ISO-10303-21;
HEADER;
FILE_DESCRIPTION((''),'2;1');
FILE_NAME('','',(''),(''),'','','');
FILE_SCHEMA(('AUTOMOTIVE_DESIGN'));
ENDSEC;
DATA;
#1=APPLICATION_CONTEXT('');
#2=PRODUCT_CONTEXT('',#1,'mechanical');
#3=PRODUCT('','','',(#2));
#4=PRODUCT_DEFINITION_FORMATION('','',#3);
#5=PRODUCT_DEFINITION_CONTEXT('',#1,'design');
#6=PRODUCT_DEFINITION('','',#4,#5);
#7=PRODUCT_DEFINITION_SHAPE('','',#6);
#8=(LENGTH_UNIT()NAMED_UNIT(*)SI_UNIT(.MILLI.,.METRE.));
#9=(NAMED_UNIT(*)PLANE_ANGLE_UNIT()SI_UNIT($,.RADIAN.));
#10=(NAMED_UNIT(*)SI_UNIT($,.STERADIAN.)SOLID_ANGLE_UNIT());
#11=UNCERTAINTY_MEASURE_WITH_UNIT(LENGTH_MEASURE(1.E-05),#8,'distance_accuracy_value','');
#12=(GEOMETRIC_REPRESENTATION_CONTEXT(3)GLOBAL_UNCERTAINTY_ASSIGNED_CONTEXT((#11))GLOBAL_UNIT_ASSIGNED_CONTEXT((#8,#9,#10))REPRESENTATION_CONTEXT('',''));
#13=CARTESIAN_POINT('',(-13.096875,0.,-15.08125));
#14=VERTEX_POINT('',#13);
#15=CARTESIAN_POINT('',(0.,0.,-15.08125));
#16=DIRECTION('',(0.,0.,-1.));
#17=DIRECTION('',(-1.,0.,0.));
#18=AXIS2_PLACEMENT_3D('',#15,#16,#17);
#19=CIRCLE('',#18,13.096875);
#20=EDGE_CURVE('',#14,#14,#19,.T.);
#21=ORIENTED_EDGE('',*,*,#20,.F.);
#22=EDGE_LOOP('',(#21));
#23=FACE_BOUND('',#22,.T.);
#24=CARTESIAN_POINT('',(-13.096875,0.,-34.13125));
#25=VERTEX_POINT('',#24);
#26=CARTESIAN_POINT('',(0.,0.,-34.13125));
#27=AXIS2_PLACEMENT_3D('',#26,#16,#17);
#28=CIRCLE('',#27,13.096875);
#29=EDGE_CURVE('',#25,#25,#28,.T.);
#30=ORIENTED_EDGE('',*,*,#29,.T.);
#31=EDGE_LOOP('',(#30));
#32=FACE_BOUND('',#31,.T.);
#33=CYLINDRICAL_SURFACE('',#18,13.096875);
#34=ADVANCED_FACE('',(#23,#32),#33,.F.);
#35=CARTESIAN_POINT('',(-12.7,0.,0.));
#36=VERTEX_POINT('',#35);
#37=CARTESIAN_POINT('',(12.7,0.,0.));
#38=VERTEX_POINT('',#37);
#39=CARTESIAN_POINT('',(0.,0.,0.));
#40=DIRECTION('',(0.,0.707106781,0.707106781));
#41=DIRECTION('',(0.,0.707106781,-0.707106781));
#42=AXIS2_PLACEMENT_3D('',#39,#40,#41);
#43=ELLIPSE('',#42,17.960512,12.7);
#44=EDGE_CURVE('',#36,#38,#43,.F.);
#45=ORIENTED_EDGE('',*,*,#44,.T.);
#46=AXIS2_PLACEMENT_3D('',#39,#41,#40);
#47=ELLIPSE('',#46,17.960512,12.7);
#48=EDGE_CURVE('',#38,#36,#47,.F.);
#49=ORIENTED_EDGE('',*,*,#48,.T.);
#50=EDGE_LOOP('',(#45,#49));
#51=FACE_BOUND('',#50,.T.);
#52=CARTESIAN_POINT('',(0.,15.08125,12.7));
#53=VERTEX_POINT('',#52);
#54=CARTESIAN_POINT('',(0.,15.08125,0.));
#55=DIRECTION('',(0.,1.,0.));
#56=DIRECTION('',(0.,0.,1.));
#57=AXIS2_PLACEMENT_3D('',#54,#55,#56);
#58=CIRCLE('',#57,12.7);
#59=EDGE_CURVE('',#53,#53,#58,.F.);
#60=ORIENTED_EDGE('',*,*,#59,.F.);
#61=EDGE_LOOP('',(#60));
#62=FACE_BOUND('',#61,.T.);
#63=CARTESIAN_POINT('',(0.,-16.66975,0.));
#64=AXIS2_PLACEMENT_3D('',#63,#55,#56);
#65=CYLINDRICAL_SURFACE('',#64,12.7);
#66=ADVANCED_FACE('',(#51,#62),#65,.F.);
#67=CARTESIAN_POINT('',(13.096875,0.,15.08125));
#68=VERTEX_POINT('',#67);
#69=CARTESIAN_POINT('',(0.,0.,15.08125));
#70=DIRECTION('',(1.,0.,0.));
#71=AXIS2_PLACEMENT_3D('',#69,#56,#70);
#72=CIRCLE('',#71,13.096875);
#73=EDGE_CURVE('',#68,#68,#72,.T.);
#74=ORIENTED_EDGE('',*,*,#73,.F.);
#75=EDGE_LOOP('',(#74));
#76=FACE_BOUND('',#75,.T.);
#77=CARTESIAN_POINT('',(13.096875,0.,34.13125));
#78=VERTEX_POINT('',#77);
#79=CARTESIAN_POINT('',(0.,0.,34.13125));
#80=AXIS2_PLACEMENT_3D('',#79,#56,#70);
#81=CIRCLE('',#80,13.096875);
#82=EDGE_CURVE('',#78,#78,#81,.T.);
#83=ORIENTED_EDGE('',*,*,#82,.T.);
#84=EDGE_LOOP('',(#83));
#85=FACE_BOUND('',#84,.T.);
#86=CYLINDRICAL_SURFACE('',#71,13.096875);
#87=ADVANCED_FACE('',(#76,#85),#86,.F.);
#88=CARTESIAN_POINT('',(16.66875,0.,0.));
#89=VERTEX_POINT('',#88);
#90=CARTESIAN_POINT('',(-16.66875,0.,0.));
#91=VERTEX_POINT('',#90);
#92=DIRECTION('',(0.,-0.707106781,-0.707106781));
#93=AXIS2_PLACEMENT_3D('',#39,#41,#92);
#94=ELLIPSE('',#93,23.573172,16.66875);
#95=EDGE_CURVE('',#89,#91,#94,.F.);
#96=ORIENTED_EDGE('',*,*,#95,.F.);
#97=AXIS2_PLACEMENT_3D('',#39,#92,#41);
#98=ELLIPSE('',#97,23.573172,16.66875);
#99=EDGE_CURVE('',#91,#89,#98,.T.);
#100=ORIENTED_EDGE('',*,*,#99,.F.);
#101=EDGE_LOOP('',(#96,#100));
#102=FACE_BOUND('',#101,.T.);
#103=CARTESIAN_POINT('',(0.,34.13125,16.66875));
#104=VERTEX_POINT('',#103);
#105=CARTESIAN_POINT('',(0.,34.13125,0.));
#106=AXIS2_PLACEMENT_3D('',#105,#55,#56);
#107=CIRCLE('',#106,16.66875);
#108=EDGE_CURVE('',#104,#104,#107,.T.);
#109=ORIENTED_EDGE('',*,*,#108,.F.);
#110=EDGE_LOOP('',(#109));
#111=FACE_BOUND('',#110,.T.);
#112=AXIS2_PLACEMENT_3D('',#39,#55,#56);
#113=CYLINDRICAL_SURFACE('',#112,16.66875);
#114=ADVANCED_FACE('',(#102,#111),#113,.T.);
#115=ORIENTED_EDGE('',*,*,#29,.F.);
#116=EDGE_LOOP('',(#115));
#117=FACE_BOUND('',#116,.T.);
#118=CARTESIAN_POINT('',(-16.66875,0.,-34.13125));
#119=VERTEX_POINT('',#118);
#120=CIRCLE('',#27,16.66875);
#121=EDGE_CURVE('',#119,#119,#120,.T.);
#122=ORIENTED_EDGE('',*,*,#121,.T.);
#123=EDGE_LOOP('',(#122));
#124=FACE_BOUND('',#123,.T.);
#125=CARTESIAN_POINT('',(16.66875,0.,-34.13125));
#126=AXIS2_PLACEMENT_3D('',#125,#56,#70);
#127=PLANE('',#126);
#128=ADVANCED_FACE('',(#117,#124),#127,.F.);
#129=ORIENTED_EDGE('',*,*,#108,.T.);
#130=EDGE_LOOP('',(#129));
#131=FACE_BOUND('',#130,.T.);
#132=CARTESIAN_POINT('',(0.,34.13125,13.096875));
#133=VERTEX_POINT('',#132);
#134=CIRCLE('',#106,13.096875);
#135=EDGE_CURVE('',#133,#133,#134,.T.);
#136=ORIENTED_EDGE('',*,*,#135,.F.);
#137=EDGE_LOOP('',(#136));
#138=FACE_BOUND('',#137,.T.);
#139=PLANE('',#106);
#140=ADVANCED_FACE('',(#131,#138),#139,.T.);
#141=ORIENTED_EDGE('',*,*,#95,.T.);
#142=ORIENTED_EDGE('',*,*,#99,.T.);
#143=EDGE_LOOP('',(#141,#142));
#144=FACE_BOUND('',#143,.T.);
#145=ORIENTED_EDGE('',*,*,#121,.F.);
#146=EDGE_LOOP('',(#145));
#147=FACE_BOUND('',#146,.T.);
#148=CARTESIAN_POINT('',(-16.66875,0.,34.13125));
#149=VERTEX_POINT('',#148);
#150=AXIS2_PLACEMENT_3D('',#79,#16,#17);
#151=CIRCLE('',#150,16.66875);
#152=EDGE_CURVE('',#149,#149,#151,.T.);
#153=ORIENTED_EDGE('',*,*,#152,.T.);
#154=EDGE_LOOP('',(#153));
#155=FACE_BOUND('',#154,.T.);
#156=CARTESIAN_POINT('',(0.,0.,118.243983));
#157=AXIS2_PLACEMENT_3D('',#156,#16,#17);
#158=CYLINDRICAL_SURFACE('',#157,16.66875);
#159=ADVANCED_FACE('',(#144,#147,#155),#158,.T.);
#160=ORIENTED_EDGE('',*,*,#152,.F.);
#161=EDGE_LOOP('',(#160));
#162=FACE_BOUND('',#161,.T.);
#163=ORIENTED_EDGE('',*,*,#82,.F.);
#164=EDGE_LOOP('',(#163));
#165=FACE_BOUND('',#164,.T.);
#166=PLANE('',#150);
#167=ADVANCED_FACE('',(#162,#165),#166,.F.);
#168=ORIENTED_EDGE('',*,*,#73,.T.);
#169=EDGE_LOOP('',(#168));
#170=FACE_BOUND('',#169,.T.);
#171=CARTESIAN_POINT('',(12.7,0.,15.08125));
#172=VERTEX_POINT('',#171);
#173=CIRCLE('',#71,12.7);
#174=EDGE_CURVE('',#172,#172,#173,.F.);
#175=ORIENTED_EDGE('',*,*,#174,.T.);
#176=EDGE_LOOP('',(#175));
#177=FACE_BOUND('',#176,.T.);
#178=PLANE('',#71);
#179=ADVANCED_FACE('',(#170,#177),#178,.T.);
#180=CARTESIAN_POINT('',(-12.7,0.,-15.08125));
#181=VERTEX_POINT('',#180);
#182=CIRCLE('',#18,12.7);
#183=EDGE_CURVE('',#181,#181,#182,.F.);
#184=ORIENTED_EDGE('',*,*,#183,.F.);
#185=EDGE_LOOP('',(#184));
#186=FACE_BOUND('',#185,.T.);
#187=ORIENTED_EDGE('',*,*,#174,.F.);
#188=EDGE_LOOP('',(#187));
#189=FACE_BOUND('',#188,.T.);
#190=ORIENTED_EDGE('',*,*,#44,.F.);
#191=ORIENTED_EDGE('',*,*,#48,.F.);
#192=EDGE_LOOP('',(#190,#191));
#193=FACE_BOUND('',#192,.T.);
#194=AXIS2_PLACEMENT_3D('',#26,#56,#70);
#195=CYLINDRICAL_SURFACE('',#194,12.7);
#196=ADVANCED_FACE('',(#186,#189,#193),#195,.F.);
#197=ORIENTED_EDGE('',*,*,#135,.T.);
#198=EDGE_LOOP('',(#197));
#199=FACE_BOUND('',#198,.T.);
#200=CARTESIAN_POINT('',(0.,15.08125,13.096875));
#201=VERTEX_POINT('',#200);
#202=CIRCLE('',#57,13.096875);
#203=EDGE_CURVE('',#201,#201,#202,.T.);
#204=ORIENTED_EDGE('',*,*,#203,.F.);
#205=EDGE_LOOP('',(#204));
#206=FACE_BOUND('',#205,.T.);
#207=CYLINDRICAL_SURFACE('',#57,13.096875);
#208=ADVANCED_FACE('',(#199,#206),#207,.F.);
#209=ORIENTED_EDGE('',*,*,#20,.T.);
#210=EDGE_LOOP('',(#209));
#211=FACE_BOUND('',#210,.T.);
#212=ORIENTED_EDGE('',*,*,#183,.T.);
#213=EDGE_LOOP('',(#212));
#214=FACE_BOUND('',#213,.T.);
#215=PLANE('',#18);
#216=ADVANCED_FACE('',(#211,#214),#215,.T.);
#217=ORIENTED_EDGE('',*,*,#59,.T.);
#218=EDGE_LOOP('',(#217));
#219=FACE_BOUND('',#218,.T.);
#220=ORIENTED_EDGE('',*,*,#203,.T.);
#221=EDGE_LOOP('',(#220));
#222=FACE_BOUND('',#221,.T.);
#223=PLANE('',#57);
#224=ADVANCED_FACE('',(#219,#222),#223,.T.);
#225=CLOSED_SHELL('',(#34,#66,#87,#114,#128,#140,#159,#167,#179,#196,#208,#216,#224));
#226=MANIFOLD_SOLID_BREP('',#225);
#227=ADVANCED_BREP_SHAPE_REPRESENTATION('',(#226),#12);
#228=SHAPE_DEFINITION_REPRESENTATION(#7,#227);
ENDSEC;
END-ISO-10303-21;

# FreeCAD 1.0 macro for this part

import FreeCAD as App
import Part
import Sketcher

V = App.Vector
Q = App.Units.Quantity


def add_polygon(sketch, points):
    """Adds a closed chain of lines whose ends are joined by coincident constraints."""
    first, n = sketch.GeometryCount, len(points)
    for a, b in zip(points, points[1:] + points[:1]):
        sketch.addGeometry(Part.LineSegment(App.Vector(*a, 0), App.Vector(*b, 0)), False)
    for i in range(n):
        sketch.addConstraint(Sketcher.Constraint("Coincident", first + i, 2, first + (i + 1) % n, 1))

doc = App.newDocument("Part")
body = doc.addObject("PartDesign::Body", "Body")

sketch1 = body.newObject("Sketcher::SketchObject", "Sketch")
sketch1.AttachmentSupport = (doc.getObject("XZ_Plane"), [""])
sketch1.MapMode = "FlatFace"
add_polygon(sketch1, [(0, -34), (0, 34), (17, 34), (17, -34)])
sketch1.addConstraint(Sketcher.Constraint("Vertical", 0))
sketch1.addConstraint(Sketcher.Constraint("Horizontal", 1))
sketch1.addConstraint(Sketcher.Constraint("Vertical", 2))
sketch1.addConstraint(Sketcher.Constraint("Horizontal", 3))
sketch1.addConstraint(Sketcher.Constraint("Symmetric", 0, 2, 3, 2, -1, 1))
sketch1.addConstraint(Sketcher.Constraint("DistanceX", 1, 1, 1, 2, Q("0.65625 in")))
sketch1.addConstraint(Sketcher.Constraint("DistanceY", 0, 1, 0, 2, Q("2.6875 in")))
revolution = body.newObject("PartDesign::Revolution", "Revolution")
revolution.Profile = sketch1
revolution.ReferenceAxis = (sketch1, ["V_Axis"])
revolution.Angle = 360

sketch2 = body.newObject("Sketcher::SketchObject", "Sketch001")
sketch2.AttachmentSupport = (doc.getObject("XY_Plane"), [""])
sketch2.MapMode = "FlatFace"
add_polygon(sketch2, [(-17, 34), (-17, 0), (0, 0), (0, 34)])
sketch2.addConstraint(Sketcher.Constraint("Vertical", 0))
sketch2.addConstraint(Sketcher.Constraint("Horizontal", 1))
sketch2.addConstraint(Sketcher.Constraint("Vertical", 2))
sketch2.addConstraint(Sketcher.Constraint("Horizontal", 3))
sketch2.addConstraint(Sketcher.Constraint("Coincident", 1, 2, -1, 1))
sketch2.addConstraint(Sketcher.Constraint("DistanceX", 1, 1, 1, 2, Q("0.65625 in")))
sketch2.addConstraint(Sketcher.Constraint("DistanceY", 0, 2, 0, 1, Q("1.34375 in")))
revolution2 = body.newObject("PartDesign::Revolution", "Revolution001")
revolution2.Profile = sketch2
revolution2.ReferenceAxis = (sketch2, ["V_Axis"])
revolution2.Angle = 360

sketch3 = body.newObject("Sketcher::SketchObject", "Sketch002")
sketch3.AttachmentSupport = (doc.getObject("XY_Plane"), [""])
sketch3.MapMode = "FlatFace"
sketch3.AttachmentOffset = App.Placement(V(0, 0, 1.34375 * 25.4), App.Rotation())
sketch3.addGeometry(Part.Circle(V(0, 0, 0), V(0, 0, 1), 13), False)
sketch3.addConstraint(Sketcher.Constraint("Coincident", 0, 3, -1, 1))
sketch3.addConstraint(Sketcher.Constraint("Diameter", 0, Q("1 in")))
pocket1 = body.newObject("PartDesign::Pocket", "Pocket")
pocket1.Profile = sketch3
pocket1.Type = "ThroughAll"

sketch4 = body.newObject("Sketcher::SketchObject", "Sketch003")
sketch4.AttachmentSupport = (doc.getObject("XZ_Plane"), [""])
sketch4.MapMode = "FlatFace"
sketch4.AttachmentOffset = App.Placement(V(0, 0, -1.34375 * 25.4), App.Rotation())
sketch4.addGeometry(Part.Circle(V(0, 0, 0), V(0, 0, 1), 13), False)
sketch4.addConstraint(Sketcher.Constraint("Coincident", 0, 3, -1, 1))
sketch4.addConstraint(Sketcher.Constraint("Diameter", 0, Q("1 in")))
pocket2 = body.newObject("PartDesign::Pocket", "Pocket001")
pocket2.Profile = sketch4
pocket2.Type = "UpToFirst"
pocket2.Reversed = True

* * * * * * *

# ASSIGNMENT:
Reply with the count alone: how many lines of the records contain the string "ELLIPSE"?

# ANSWER FOR THIS EXERCISE:
4